To do =
Could you print every line from the first one of the records below through the line containing "#14=VERTEX_POINT('',#13);", with both included and nothing else?

Input material =
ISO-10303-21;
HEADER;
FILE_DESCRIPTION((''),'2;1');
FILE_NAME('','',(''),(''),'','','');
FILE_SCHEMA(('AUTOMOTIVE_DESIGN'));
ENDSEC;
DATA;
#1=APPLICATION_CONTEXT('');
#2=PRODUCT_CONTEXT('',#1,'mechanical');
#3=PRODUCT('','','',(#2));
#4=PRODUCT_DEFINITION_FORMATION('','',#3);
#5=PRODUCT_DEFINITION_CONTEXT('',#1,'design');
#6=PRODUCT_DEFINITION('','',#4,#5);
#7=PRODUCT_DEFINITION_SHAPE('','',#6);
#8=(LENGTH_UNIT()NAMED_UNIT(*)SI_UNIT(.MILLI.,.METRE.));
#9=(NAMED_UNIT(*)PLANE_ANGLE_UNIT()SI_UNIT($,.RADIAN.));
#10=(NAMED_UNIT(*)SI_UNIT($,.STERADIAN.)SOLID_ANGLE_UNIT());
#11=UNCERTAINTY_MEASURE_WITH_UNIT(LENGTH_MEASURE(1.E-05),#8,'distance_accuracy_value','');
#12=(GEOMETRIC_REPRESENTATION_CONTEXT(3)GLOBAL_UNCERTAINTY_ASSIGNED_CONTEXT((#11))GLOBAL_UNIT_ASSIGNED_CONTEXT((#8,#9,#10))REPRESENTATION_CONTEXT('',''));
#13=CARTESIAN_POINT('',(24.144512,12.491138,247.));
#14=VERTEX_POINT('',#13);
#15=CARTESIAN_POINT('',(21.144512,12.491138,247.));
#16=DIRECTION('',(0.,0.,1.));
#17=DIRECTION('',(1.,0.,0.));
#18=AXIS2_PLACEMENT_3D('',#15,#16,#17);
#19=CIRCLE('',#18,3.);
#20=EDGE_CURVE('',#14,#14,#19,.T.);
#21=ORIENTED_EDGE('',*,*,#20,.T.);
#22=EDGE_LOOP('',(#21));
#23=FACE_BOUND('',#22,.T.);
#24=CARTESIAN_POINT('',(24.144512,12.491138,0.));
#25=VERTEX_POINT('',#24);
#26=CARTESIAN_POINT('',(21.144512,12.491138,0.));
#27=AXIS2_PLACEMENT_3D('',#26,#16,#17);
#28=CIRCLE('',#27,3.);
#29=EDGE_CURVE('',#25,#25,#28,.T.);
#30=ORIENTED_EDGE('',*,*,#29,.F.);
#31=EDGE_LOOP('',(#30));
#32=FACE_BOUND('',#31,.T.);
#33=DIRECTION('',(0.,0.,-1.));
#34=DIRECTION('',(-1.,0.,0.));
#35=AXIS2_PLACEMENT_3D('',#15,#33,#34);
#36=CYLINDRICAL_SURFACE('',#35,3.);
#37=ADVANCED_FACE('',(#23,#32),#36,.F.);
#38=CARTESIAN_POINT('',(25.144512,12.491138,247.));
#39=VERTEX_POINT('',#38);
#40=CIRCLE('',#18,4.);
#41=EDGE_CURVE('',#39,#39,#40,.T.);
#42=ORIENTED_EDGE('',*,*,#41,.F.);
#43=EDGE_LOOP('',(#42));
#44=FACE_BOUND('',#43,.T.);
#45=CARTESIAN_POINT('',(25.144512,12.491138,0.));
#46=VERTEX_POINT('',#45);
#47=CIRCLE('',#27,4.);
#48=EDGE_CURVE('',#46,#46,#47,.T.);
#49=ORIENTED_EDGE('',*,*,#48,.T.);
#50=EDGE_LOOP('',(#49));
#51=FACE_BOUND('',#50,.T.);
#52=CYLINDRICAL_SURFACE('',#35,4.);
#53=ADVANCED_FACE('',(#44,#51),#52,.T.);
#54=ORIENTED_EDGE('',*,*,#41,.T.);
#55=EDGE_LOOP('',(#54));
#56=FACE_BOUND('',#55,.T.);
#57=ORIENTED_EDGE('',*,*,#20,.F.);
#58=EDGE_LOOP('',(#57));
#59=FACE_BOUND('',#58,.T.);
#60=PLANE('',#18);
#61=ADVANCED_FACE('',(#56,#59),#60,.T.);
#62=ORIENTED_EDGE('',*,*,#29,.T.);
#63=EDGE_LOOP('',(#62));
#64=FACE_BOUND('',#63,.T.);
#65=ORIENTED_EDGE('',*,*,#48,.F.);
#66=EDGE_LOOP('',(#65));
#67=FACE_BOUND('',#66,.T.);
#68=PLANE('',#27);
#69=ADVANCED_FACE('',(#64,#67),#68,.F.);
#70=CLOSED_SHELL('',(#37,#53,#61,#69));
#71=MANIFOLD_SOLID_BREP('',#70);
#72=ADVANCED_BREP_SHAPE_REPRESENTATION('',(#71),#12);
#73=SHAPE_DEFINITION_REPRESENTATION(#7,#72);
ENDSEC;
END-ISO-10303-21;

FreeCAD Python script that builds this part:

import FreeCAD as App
import Part
import Sketcher

V = App.Vector
Q = App.Units.Quantity

doc = App.newDocument("Part")
body = doc.addObject("PartDesign::Body", "Body")

# Sketch on XY plane
sketch1 = doc.addObject("Sketcher::SketchObject", "Sketch")
body.addObject(sketch1)
sketch1.AttachmentSupport = (doc.XY_Plane, [""])
sketch1.MapMode = "FlatFace"
sketch1.addGeometry([
    Part.Circle(V(21.1, 12.5, 0), V(0, 0, 1), 4),
    Part.Circle(V(21.1, 12.5, 0), V(0, 0, 1), 3),
], False)
sketch1.addConstraint([
    Sketcher.Constraint("Coincident", 1, 3, 0, 3),
    Sketcher.Constraint("Diameter", 0, Q("8 mm")),
    Sketcher.Constraint("Diameter", 1, Q("6 mm")),
    Sketcher.Constraint("DistanceX", -1, 1, 0, 3, Q("21.144512 mm")),
    Sketcher.Constraint("DistanceY", -1, 1, 0, 3, Q("12.491138 mm")),
])
pad1 = doc.addObject("PartDesign::Pad", "Pad")
body.addObject(pad1)
pad1.Profile = sketch1
pad1.Length = 247

doc.recompute()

Written answer =
ISO-10303-21;
HEADER;
FILE_DESCRIPTION((''),'2;1');
FILE_NAME('','',(''),(''),'','','');
FILE_SCHEMA(('AUTOMOTIVE_DESIGN'));
ENDSEC;
DATA;
#1=APPLICATION_CONTEXT('');
#2=PRODUCT_CONTEXT('',#1,'mechanical');
#3=PRODUCT('','','',(#2));
#4=PRODUCT_DEFINITION_FORMATION('','',#3);
#5=PRODUCT_DEFINITION_CONTEXT('',#1,'design');
#6=PRODUCT_DEFINITION('','',#4,#5);
#7=PRODUCT_DEFINITION_SHAPE('','',#6);
#8=(LENGTH_UNIT()NAMED_UNIT(*)SI_UNIT(.MILLI.,.METRE.));
#9=(NAMED_UNIT(*)PLANE_ANGLE_UNIT()SI_UNIT($,.RADIAN.));
#10=(NAMED_UNIT(*)SI_UNIT($,.STERADIAN.)SOLID_ANGLE_UNIT());
#11=UNCERTAINTY_MEASURE_WITH_UNIT(LENGTH_MEASURE(1.E-05),#8,'distance_accuracy_value','');
#12=(GEOMETRIC_REPRESENTATION_CONTEXT(3)GLOBAL_UNCERTAINTY_ASSIGNED_CONTEXT((#11))GLOBAL_UNIT_ASSIGNED_CONTEXT((#8,#9,#10))REPRESENTATION_CONTEXT('',''));
#13=CARTESIAN_POINT('',(24.144512,12.491138,247.));
#14=VERTEX_POINT('',#13);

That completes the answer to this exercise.